**Directions for this task:** From the entries below, retype only the lines from the one with "#134=PLANE('',#133);" through the one with "#181=ORIENTED_EDGE('',*,*,#180,.F.);", exactly as written.

-------- Records for this exercise

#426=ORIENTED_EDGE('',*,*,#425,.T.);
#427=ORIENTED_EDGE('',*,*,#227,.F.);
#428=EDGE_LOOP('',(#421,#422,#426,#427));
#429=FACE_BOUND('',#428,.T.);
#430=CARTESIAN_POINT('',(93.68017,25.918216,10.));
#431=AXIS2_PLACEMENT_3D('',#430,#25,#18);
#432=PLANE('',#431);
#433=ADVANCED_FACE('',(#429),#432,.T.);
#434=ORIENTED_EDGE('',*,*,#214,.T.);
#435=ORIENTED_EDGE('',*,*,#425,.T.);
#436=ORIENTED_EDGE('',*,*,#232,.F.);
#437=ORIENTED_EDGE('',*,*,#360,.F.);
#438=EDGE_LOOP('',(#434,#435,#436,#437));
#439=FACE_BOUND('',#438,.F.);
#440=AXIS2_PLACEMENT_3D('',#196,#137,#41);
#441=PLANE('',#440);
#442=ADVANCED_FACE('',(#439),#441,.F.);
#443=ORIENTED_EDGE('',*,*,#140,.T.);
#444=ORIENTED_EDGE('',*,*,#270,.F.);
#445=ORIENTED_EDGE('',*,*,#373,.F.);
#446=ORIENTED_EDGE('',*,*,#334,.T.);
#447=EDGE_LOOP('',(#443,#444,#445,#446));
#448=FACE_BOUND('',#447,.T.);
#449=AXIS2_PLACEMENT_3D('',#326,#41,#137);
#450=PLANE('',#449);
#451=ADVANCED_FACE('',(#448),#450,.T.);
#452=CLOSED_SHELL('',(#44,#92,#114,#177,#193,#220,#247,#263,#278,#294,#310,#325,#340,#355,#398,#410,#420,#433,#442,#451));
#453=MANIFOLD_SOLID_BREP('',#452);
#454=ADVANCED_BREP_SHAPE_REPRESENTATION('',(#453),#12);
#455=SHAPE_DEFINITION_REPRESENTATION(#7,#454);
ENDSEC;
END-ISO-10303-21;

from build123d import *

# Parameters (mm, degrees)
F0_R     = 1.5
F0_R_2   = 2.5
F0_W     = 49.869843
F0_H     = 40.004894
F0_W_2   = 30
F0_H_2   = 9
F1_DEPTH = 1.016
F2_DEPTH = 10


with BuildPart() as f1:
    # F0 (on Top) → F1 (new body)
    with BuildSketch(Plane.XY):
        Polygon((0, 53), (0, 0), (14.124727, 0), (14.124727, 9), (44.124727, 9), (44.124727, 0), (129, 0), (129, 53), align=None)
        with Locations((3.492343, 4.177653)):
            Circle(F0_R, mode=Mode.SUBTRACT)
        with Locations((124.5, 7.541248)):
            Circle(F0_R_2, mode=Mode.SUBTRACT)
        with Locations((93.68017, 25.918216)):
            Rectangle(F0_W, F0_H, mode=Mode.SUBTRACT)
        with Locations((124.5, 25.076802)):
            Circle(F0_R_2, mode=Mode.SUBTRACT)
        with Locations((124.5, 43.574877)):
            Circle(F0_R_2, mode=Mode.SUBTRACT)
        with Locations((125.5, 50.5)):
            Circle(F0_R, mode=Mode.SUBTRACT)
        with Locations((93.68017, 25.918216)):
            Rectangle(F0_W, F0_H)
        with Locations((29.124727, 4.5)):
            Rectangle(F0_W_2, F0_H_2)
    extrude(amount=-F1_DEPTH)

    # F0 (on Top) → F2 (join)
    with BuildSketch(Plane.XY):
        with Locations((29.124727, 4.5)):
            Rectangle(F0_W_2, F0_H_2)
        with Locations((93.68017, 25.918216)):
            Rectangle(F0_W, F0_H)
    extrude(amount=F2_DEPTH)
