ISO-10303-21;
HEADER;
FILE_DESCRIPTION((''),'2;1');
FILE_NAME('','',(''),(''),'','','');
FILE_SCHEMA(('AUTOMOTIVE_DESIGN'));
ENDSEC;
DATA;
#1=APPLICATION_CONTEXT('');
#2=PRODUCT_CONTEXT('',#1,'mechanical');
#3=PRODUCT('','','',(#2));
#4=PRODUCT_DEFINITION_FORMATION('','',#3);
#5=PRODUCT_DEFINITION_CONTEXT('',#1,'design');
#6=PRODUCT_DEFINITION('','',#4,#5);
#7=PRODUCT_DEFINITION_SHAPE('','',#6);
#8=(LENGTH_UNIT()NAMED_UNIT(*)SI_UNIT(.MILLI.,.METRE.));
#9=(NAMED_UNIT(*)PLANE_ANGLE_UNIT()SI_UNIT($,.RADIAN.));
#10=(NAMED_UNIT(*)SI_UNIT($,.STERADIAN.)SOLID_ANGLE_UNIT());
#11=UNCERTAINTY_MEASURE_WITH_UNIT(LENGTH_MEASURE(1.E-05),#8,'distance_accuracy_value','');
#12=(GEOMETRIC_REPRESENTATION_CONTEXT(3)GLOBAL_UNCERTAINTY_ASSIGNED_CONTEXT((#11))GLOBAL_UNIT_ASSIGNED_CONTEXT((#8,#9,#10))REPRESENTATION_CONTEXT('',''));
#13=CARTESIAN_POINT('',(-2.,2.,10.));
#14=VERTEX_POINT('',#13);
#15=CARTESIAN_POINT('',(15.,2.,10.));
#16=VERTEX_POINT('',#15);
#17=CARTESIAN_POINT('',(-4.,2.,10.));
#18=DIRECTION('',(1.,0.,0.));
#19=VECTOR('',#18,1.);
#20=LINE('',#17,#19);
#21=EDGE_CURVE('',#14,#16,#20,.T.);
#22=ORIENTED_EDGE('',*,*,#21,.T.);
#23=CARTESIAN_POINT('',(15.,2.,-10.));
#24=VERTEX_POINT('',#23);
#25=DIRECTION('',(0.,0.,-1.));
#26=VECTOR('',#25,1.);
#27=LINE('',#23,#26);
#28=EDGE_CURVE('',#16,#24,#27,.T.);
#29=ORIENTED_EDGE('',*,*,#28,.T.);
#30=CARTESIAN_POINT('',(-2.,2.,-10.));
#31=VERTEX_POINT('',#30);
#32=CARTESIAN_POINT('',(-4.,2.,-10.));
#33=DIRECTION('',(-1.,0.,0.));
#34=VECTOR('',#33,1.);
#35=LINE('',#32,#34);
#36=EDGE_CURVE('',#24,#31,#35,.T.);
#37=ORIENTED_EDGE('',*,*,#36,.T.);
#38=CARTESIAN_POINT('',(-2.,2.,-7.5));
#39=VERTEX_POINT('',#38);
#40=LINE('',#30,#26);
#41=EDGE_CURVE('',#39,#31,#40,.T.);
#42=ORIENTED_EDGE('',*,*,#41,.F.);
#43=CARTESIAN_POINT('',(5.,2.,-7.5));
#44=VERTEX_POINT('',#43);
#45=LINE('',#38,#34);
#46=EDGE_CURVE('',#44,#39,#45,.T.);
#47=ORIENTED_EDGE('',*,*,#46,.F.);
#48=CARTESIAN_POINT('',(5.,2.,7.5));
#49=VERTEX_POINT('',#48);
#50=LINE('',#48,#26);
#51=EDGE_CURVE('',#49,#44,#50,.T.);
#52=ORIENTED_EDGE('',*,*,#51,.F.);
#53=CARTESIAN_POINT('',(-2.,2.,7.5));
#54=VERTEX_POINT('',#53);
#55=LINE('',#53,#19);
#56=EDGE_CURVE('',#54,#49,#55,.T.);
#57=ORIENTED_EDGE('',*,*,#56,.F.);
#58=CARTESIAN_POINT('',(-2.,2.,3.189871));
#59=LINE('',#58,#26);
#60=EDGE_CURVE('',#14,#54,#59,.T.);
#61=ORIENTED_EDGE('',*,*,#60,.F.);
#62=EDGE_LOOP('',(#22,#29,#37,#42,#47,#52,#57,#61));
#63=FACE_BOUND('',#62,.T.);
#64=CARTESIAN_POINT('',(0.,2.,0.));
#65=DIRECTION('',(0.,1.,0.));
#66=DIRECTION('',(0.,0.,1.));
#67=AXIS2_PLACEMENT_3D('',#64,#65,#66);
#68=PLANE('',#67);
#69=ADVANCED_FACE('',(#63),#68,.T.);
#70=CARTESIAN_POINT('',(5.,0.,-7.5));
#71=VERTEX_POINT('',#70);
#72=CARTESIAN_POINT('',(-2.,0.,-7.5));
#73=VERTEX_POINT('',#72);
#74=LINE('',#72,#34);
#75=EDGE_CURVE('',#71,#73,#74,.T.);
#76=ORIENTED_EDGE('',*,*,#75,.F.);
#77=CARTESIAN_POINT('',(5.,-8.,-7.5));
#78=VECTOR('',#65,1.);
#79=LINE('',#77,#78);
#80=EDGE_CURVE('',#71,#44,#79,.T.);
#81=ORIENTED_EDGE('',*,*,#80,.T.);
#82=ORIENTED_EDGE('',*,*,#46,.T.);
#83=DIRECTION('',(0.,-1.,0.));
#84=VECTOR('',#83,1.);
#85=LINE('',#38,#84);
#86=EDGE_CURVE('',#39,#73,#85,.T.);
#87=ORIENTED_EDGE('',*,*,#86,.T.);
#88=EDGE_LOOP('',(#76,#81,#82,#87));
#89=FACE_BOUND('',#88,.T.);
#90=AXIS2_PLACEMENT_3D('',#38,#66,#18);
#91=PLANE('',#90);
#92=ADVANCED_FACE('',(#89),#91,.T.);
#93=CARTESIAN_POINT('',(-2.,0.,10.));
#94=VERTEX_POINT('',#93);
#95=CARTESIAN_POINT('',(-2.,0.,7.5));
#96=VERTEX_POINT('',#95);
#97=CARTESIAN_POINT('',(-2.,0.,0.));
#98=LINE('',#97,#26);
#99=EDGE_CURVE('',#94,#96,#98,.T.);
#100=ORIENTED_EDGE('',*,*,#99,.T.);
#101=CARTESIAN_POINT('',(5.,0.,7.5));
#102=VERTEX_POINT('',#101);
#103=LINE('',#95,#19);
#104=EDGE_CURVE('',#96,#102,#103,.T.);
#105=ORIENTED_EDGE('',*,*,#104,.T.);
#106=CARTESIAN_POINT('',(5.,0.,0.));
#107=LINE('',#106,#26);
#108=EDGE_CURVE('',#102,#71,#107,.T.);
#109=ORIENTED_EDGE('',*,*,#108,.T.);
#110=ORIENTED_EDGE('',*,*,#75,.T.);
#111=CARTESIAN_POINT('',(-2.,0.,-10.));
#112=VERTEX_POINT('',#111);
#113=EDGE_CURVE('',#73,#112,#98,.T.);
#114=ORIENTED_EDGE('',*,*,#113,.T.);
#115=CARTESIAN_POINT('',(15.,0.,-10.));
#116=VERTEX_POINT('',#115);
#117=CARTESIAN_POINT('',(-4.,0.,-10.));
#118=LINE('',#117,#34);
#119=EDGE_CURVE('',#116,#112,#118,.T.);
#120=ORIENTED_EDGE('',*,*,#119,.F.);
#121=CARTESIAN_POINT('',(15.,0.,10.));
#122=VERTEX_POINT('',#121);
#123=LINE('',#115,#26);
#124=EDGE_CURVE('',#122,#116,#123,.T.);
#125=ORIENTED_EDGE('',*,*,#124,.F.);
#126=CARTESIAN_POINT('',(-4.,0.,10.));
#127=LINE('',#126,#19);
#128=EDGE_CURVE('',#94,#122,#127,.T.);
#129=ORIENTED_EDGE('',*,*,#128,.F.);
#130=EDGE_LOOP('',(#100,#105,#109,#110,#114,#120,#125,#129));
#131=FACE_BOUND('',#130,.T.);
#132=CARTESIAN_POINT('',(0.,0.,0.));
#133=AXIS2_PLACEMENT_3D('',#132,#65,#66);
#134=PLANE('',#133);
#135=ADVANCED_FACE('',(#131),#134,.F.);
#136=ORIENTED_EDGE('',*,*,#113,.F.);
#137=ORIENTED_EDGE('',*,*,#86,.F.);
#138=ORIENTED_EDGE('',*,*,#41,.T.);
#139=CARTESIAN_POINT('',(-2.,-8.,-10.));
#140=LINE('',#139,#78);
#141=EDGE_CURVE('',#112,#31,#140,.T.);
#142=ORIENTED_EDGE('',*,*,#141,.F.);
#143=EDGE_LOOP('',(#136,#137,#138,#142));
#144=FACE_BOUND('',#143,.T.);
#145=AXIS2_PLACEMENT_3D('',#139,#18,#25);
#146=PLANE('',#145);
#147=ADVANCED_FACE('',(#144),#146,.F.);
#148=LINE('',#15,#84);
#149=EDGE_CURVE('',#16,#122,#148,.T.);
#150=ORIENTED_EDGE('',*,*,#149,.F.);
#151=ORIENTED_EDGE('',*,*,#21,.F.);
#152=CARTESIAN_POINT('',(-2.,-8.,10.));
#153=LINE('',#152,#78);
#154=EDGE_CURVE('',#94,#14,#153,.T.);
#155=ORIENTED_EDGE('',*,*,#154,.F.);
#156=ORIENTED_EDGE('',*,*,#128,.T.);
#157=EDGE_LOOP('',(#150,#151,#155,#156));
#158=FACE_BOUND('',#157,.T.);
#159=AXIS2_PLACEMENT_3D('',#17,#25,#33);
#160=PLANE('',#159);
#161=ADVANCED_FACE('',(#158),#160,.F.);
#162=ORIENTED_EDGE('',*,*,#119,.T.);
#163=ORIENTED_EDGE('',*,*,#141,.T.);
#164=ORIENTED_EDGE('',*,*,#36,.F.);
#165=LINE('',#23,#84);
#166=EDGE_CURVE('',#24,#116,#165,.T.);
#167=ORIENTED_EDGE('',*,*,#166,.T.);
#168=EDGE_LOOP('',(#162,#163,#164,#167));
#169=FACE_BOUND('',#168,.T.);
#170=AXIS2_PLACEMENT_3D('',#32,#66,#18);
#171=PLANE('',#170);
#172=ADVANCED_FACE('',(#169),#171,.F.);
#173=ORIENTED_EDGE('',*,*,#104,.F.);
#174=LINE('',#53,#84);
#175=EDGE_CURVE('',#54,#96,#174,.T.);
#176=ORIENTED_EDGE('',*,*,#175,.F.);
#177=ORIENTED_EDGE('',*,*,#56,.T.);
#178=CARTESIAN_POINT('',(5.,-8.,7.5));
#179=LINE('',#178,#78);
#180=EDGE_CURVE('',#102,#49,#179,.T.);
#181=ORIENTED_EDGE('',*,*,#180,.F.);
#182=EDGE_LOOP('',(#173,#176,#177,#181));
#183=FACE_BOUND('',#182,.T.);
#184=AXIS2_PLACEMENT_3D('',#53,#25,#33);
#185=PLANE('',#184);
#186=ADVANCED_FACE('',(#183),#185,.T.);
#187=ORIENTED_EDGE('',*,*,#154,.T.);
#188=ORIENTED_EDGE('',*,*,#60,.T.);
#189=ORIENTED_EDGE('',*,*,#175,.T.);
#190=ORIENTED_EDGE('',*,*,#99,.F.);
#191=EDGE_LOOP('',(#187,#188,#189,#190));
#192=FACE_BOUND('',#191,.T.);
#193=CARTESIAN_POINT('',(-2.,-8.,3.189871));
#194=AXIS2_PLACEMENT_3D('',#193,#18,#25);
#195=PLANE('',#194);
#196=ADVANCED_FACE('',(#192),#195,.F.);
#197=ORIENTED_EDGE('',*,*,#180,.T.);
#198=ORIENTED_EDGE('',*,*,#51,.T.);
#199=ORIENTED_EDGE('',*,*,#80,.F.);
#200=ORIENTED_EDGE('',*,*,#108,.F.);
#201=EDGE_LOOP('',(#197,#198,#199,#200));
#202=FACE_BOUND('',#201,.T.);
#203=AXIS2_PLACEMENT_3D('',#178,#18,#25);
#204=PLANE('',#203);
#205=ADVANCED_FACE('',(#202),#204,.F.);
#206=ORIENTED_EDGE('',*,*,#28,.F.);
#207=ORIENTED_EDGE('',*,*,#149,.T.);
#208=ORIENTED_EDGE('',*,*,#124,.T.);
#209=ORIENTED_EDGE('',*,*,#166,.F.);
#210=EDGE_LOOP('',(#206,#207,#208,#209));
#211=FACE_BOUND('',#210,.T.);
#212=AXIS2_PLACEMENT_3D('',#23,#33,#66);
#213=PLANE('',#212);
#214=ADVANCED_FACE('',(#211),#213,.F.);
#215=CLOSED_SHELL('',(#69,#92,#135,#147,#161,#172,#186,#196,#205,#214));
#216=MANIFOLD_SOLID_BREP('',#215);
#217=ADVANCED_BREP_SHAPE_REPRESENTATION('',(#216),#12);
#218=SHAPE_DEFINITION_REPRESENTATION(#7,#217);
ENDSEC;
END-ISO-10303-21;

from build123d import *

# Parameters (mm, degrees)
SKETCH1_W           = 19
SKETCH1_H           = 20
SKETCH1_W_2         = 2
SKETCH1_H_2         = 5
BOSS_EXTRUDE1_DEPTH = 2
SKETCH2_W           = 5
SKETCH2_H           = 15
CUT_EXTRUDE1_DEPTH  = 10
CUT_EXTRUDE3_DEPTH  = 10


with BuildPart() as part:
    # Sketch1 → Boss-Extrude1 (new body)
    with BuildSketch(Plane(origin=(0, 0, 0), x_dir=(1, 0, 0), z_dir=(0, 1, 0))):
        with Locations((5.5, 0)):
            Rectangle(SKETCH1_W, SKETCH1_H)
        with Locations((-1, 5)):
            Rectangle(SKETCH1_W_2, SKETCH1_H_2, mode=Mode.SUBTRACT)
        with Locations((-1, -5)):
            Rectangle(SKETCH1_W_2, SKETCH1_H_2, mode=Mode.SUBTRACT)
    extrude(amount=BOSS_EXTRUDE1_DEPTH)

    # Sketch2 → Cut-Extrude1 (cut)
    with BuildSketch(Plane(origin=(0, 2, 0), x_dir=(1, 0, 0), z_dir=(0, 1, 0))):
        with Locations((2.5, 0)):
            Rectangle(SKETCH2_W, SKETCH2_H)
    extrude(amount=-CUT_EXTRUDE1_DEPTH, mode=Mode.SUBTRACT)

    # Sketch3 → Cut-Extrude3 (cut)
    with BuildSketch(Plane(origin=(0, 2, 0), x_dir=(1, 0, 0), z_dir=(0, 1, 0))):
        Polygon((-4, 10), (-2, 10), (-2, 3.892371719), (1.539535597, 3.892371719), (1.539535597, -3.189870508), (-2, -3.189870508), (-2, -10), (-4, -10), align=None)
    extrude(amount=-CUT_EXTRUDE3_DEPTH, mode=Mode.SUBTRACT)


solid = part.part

----------------

**Solved exercise:**
#134=PLANE('',#133);
#135=ADVANCED_FACE('',(#131),#134,.F.);
#136=ORIENTED_EDGE('',*,*,#113,.F.);
#137=ORIENTED_EDGE('',*,*,#86,.F.);
#138=ORIENTED_EDGE('',*,*,#41,.T.);
#139=CARTESIAN_POINT('',(-2.,-8.,-10.));
#140=LINE('',#139,#78);
#141=EDGE_CURVE('',#112,#31,#140,.T.);
#142=ORIENTED_EDGE('',*,*,#141,.F.);
#143=EDGE_LOOP('',(#136,#137,#138,#142));
#144=FACE_BOUND('',#143,.T.);
#145=AXIS2_PLACEMENT_3D('',#139,#18,#25);
#146=PLANE('',#145);
#147=ADVANCED_FACE('',(#144),#146,.F.);
#148=LINE('',#15,#84);
#149=EDGE_CURVE('',#16,#122,#148,.T.);
#150=ORIENTED_EDGE('',*,*,#149,.F.);
#151=ORIENTED_EDGE('',*,*,#21,.F.);
#152=CARTESIAN_POINT('',(-2.,-8.,10.));
#153=LINE('',#152,#78);
#154=EDGE_CURVE('',#94,#14,#153,.T.);
#155=ORIENTED_EDGE('',*,*,#154,.F.);
#156=ORIENTED_EDGE('',*,*,#128,.T.);
#157=EDGE_LOOP('',(#150,#151,#155,#156));
#158=FACE_BOUND('',#157,.T.);
#159=AXIS2_PLACEMENT_3D('',#17,#25,#33);
#160=PLANE('',#159);
#161=ADVANCED_FACE('',(#158),#160,.F.);
#162=ORIENTED_EDGE('',*,*,#119,.T.);
#163=ORIENTED_EDGE('',*,*,#141,.T.);
#164=ORIENTED_EDGE('',*,*,#36,.F.);
#165=LINE('',#23,#84);
#166=EDGE_CURVE('',#24,#116,#165,.T.);
#167=ORIENTED_EDGE('',*,*,#166,.T.);
#168=EDGE_LOOP('',(#162,#163,#164,#167));
#169=FACE_BOUND('',#168,.T.);
#170=AXIS2_PLACEMENT_3D('',#32,#66,#18);
#171=PLANE('',#170);
#172=ADVANCED_FACE('',(#169),#171,.F.);
#173=ORIENTED_EDGE('',*,*,#104,.F.);
#174=LINE('',#53,#84);
#175=EDGE_CURVE('',#54,#96,#174,.T.);
#176=ORIENTED_EDGE('',*,*,#175,.F.);
#177=ORIENTED_EDGE('',*,*,#56,.T.);
#178=CARTESIAN_POINT('',(5.,-8.,7.5));
#179=LINE('',#178,#78);
#180=EDGE_CURVE('',#102,#49,#179,.T.);
#181=ORIENTED_EDGE('',*,*,#180,.F.);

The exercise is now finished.